Mar 22, 2013; Houston, TX, USA; Cleveland Cavaliers head coach Byron Scott coaches against the Houston Rockets in the second quarter at the Toyota Center. Mandatory Credit: Brett Davis-USA TODAY Sports

The Byron Scott dilemma


On Sunday Jason Lloyd of the Akron Beacon Journal brought up a topic of discussion that many have been afraid to talk about all season long: the Byron Scott situation. Through his first three seasons as head coach of the Cleveland Cavaliers, Scott has gone a paltry 62-158 (.282), with his first season following LeBron James leaving town being his worst thus far. His first season with the team that he coached before Cleveland – the New Orleans Hornets – has been the worst of his almost 12 complete seasons as a head coach.

In Scott’s defense, he inherited a team that was almost completely stripped of talent and depth. The Cavs’ organization was moving in a direction where they needed to start from scratch and endure some dark times in order to have the best chance at receiving high draft picks.

Scott has been in this situation before with the Hornets, so fans shouldn’t give up on him so quick without looking what he did with the Hornets before and after Chris Paul entered the league. Just like in Cleveland, Scott didn’t have a superstar point guard until his second season coaching in New Orleans. In his first season with the team, Scott coached the Hornets to a Western Conference-worst record of 18-64 (.220).

In the following two seasons – Paul’s rookie and sophomore seasons – the team dramatically improved. With the additions of Paul and David West, the team went a combined 77-87 (.470). Although these percentages are much higher than what Scott currently stands at in his second and third seasons with Cleveland (43-93), the Hornets’ two highest scoring players played 40 more games than the Cavaliers’ two highest scoring players (I converted the 66-game season to an 82-game season and left Dion Waiters’ and Irving’s number of games played the same for this current season). Injuries have plagued Scott’s second two seasons in Cleveland, as players have had to shift from the D-League to the Cavaliers on what seems is an almost everyday basis.

But as mentioned before, Lloyd brings up a very compelling argument against keeping Byron Scott around:

This team has been ravaged with injuries again this season, but the concerns aren’t related to the roster. They are core beliefs and in-game coaching strategies ranging from play calls to substitution patterns, his refusal to call timeouts at crucial junctures and an overall lack of defense.

And these problems with Scott’s coaching schemes have been factors in why Cleveland can’t hold double-digit leads late down the stretch. Defensive breakdowns have occurred against the elite NBA teams and even bottom dwellers, so the problem isn’t the level of play of the teams that Cleveland is faltering against. Two of the biggest collapses (a 28-point lead against the Suns and a 27-point lead against the Heat) in franchise history have occurred in just this one season. So can we point our fingers directly at Scott even with taking into account injuries and talent depth?

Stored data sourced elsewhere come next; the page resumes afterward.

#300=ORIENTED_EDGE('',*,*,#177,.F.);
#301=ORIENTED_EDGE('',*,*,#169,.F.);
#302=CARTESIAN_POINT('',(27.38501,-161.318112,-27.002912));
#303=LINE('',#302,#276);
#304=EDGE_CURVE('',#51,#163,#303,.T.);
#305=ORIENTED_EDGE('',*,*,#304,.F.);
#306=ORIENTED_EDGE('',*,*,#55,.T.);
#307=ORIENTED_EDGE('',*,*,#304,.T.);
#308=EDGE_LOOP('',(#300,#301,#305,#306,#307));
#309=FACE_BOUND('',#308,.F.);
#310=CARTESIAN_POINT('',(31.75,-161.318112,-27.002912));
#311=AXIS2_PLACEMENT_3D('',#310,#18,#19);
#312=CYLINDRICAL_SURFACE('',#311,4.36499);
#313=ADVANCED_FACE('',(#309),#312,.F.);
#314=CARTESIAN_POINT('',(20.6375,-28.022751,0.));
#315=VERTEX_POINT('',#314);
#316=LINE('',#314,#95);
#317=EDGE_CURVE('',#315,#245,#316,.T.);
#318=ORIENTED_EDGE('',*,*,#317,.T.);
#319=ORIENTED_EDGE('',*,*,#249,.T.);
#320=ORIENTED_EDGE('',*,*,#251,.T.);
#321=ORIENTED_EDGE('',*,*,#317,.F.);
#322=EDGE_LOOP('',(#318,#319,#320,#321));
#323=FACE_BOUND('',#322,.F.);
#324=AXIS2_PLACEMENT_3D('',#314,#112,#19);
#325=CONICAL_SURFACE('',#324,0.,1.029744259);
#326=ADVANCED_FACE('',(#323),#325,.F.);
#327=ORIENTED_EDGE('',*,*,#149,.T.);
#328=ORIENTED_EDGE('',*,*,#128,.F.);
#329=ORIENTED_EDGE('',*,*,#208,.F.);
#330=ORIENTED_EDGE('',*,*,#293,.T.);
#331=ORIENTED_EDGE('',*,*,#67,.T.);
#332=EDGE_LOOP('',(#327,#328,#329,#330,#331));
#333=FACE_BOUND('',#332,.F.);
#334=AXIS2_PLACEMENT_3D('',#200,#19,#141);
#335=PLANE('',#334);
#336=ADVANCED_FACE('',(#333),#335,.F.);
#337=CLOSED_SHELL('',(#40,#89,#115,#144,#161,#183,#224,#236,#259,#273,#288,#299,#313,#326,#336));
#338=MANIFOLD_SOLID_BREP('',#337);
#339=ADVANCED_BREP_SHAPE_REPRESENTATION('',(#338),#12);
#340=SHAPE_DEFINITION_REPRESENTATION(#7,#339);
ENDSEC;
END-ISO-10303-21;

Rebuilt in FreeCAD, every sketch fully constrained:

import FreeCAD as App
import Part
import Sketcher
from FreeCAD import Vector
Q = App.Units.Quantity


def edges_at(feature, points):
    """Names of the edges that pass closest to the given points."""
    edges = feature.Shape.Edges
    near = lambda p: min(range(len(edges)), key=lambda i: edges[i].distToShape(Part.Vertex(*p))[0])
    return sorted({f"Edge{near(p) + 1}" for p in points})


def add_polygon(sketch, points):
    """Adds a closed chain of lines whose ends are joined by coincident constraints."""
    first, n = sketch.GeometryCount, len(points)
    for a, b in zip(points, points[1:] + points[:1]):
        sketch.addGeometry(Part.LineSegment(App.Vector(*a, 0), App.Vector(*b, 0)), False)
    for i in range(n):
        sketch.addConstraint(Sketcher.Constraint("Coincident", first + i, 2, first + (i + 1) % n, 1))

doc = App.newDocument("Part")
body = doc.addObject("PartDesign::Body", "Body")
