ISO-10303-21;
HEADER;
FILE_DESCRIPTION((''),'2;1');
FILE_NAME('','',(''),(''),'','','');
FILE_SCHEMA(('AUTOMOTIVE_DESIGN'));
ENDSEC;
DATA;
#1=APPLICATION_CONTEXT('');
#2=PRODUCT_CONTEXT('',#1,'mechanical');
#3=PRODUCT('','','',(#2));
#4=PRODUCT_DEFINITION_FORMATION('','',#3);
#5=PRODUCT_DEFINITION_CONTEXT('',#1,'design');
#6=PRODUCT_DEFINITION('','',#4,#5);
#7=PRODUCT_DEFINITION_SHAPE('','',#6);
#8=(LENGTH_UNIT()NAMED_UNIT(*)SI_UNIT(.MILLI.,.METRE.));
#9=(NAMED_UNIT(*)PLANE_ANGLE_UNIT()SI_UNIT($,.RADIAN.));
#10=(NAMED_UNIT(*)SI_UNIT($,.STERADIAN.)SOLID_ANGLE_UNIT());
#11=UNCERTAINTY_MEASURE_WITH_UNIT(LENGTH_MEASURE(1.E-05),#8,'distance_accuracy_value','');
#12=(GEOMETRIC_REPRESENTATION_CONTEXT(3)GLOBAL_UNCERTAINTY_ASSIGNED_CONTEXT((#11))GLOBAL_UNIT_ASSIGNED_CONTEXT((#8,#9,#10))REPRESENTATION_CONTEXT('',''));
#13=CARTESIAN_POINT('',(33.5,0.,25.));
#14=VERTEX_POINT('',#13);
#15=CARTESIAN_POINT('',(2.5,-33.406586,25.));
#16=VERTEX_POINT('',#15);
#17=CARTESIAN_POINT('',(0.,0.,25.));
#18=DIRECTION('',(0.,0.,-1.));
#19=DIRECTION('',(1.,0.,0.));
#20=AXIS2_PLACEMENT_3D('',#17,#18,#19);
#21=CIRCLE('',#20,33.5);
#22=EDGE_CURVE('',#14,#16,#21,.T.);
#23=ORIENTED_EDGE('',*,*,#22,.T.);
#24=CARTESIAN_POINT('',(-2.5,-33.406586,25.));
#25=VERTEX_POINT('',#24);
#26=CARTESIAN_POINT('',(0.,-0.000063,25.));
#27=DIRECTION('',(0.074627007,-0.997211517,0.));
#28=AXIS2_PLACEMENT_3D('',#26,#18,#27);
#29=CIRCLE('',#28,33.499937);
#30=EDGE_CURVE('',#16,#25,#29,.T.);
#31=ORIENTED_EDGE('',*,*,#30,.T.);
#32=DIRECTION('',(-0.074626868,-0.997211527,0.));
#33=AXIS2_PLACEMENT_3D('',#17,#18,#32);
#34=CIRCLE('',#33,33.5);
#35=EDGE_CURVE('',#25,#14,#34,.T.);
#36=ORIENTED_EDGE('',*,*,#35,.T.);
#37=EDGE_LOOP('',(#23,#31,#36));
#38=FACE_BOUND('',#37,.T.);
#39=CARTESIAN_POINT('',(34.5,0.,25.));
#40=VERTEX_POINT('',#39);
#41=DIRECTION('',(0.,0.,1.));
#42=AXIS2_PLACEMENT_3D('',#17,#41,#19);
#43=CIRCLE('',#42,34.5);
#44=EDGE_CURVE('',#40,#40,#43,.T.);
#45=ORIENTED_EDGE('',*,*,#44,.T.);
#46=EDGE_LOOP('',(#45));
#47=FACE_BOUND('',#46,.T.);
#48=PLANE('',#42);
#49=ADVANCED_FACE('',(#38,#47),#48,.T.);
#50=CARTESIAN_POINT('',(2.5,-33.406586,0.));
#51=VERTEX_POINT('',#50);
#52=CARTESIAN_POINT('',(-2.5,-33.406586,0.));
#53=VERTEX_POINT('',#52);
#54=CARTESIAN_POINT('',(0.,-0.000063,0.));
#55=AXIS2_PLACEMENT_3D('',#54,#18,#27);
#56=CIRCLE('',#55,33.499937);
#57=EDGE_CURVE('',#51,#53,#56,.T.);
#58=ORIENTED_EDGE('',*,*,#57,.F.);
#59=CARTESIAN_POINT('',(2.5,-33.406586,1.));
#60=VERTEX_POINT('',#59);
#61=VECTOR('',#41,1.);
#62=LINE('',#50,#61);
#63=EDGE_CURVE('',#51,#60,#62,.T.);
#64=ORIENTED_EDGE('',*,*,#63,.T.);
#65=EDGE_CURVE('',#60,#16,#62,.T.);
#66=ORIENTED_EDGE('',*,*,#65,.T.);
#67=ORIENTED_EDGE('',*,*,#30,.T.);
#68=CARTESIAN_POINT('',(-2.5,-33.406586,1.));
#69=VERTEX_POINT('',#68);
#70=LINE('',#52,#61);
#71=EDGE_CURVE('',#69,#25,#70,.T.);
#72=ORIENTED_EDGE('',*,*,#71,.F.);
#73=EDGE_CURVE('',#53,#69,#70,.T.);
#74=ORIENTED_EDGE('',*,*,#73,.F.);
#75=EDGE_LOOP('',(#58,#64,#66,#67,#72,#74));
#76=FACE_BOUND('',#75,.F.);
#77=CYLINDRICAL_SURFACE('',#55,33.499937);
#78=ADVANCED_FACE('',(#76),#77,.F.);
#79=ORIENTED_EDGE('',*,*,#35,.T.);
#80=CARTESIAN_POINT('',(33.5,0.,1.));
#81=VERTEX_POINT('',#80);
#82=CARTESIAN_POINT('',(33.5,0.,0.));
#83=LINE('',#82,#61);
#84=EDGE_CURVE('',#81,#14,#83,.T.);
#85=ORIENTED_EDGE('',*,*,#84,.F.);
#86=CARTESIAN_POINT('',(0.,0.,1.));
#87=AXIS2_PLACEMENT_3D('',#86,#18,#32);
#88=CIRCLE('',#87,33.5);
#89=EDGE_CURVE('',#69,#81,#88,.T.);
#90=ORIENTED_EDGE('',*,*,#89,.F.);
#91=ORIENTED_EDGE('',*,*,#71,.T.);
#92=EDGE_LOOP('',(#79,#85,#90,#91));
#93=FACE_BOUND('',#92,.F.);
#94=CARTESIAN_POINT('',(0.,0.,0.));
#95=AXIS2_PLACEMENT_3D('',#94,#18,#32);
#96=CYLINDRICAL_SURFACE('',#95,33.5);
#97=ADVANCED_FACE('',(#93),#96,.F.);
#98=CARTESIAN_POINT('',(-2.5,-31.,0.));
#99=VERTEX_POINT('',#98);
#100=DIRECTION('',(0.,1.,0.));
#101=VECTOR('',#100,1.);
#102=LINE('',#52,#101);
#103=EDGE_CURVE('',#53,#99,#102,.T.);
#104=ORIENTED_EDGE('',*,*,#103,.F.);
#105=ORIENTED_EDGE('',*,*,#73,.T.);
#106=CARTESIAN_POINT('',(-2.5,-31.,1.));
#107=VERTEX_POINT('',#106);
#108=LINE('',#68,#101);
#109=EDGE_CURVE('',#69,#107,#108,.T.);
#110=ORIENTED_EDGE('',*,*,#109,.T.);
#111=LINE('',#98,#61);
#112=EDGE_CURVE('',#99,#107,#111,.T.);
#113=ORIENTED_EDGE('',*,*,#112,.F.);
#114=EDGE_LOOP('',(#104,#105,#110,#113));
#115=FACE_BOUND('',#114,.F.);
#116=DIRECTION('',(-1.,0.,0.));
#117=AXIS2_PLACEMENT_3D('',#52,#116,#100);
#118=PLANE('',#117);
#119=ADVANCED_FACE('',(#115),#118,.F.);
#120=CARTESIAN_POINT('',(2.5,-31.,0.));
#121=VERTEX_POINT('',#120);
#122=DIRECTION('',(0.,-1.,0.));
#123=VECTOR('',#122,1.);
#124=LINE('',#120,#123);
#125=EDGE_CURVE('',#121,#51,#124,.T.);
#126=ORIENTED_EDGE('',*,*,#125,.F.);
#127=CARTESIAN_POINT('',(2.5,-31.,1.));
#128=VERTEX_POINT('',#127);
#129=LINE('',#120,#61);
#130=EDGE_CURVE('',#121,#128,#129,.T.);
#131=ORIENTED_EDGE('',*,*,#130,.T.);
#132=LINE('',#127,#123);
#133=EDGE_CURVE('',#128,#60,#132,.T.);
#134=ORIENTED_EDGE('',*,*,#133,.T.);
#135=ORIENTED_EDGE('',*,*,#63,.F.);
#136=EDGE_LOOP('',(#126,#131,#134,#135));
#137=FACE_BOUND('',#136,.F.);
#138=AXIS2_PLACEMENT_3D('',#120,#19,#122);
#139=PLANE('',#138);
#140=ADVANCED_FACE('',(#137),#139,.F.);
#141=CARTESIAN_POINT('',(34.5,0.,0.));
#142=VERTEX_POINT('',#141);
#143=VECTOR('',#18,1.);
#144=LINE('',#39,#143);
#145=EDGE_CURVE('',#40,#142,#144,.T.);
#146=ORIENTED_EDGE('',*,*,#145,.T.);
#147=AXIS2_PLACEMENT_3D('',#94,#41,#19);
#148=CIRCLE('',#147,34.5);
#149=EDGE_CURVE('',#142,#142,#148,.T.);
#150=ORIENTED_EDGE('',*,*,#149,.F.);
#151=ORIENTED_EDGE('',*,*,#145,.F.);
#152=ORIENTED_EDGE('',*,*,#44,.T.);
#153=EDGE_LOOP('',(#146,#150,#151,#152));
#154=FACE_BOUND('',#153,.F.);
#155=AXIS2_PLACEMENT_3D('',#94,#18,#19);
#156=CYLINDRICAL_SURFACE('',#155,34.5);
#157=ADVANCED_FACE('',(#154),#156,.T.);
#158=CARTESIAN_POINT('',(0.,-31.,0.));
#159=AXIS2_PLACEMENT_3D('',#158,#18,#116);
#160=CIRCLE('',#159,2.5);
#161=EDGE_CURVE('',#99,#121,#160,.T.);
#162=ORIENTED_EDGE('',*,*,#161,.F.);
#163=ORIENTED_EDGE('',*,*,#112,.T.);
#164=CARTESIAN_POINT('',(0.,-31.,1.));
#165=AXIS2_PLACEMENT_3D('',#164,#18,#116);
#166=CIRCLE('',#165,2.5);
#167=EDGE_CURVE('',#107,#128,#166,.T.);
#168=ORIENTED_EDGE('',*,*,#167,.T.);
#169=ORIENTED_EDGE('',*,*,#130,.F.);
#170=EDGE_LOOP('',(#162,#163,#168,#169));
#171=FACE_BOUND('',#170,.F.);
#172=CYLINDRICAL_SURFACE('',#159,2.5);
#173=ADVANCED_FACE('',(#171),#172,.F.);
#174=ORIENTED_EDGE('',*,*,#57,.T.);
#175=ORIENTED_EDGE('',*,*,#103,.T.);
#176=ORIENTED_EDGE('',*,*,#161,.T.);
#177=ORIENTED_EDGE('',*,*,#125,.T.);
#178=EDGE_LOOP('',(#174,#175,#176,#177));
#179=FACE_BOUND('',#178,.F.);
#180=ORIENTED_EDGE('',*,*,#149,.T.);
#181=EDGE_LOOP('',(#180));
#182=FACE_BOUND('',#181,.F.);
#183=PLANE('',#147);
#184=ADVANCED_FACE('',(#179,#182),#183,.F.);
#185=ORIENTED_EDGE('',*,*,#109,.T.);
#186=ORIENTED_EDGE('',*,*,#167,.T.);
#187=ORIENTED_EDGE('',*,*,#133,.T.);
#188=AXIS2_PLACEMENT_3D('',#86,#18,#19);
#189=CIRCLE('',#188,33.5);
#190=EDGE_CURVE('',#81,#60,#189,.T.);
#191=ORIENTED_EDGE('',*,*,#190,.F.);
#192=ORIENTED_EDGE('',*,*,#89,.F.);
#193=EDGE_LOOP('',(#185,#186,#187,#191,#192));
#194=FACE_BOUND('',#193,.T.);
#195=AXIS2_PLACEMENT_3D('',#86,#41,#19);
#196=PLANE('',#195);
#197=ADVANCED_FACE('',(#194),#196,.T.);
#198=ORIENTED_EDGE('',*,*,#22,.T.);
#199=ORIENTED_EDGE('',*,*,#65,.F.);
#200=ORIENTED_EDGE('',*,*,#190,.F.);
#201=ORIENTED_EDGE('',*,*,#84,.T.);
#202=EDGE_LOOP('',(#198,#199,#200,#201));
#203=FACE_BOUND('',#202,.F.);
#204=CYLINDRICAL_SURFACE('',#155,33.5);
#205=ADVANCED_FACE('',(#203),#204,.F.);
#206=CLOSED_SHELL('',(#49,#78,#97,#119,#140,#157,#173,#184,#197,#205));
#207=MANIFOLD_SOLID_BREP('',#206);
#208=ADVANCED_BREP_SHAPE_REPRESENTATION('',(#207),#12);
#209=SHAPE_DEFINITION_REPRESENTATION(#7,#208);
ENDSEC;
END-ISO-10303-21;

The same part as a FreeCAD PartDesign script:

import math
import FreeCAD as App
import Part
import Sketcher

V = App.Vector
Q = App.Units.Quantity

doc = App.newDocument("Part")
body = doc.addObject("PartDesign::Body", "Body")

sketch1 = body.newObject("Sketcher::SketchObject", "Sketch")
sketch1.AttachmentSupport = (doc.getObject("XY_Plane"), [""])
sketch1.MapMode = "FlatFace"
sketch1.addGeometry([
    Part.Circle(V(0, 0, 0), V(0, 0, 1), 34.5),
    Part.ArcOfCircle(Part.Circle(V(0, -0.000063, 0), V(0, 0, 1), 33.499937), math.radians(-94.279791), math.radians(-85.720209)),
    Part.LineSegment(V(-2.5, -33.406586, 0), V(-2.5, -31, 0)),
    Part.ArcOfCircle(Part.Circle(V(0, -31, 0), V(0, 0, 1), 2.5), math.radians(0), math.radians(180)),
    Part.LineSegment(V(2.5, -31, 0), V(2.5, -33.406586, 0)),
], False)
sketch1.addConstraint([
    Sketcher.Constraint("Coincident", 1, 1, 2, 1),
    Sketcher.Constraint("Tangent", 2, 2, 3, 2),
    Sketcher.Constraint("Tangent", 3, 1, 4, 1),
    Sketcher.Constraint("Coincident", 4, 2, 1, 2),
    Sketcher.Constraint("Vertical", 2),
    Sketcher.Constraint("Vertical", 4),
    Sketcher.Constraint("Coincident", 0, 3, -1, 1),
    Sketcher.Constraint("Symmetric", 1, 1, 4, 2, -2),
    Sketcher.Constraint("Diameter", 0, Q("69 mm")),
    Sketcher.Constraint("Radius", 3, Q("2.5 mm")),
    Sketcher.Constraint("DistanceY", 3, 3, -1, 1, Q("31 mm")),
    Sketcher.Constraint("Radius", 1, Q("33.499937 mm")),
    Sketcher.Constraint("DistanceY", 2, 1, 2, 2, Q("2.406586 mm")),
])
pad1 = body.newObject("PartDesign::Pad", "Pad")
pad1.Profile = sketch1
pad1.Length = 1

sketch2 = body.newObject("Sketcher::SketchObject", "Sketch001")
sketch2.AttachmentSupport = (doc.getObject("XY_Plane"), [""])
sketch2.MapMode = "FlatFace"
sketch2.addGeometry([
    Part.Circle(V(0, 0, 0), V(0, 0, 1), 34.5),
    Part.ArcOfCircle(Part.Circle(V(0, -0.000063, 0), V(0, 0, 1), 33.499937), math.radians(-94.279791), math.radians(-85.720209)),
    Part.ArcOfCircle(Part.Circle(V(0, 0, 0), V(0, 0, 1), 33.5), math.radians(0), math.radians(265.720217)),
    Part.ArcOfCircle(Part.Circle(V(0, 0, 0), V(0, 0, 1), 33.5), math.radians(-85.720217), math.radians(0)),
], False)
sketch2.addConstraint([
    Sketcher.Constraint("Coincident", 1, 1, 2, 2),
    Sketcher.Constraint("Coincident", 2, 1, 3, 2),
    Sketcher.Constraint("Coincident", 3, 1, 1, 2),
    Sketcher.Constraint("Coincident", 0, 3, -1, 1),
    Sketcher.Constraint("Coincident", 2, 3, -1, 1),
    Sketcher.Constraint("Coincident", 3, 3, -1, 1),
    Sketcher.Constraint("PointOnObject", 2, 1, -1),
    Sketcher.Constraint("Diameter", 0, Q("69 mm")),
    Sketcher.Constraint("Radius", 2, Q("33.5 mm")),
    Sketcher.Constraint("DistanceX", 1, 1, 2, 1, Q("36 mm")),
    Sketcher.Constraint("DistanceX", 1, 1, 3, 1, Q("5 mm")),
    Sketcher.Constraint("Radius", 1, Q("33.499937 mm")),
])
pad2 = body.newObject("PartDesign::Pad", "Pad001")
pad2.Profile = sketch2
pad2.Length = 25

doc.recompute()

Byron Scott wants this team to be a defensive-first squad, so giving him the chance with healthy defensive-minded players is needed before we give Scott the boot before the end of the 2013-14 season. But is there a reason why players are constantly rotating on and off of the injury report?

Players have spoken out and addressed this question anonymously about Scott’s hard-pressed workouts and practices lately:

We’re exhausted. It goes back to training camp. He killed us in camp. We don’t have any legs left.

Toughen up. Scott is the right man to lead this team, but this offseason will be one of the most important for Cleveland in years. Another season looking forward to the lottery will not bode well for the organization, meaning that a lot of people will be out the Quicken Loans door if there isn’t improvement at the beginning of the 2013-14 season.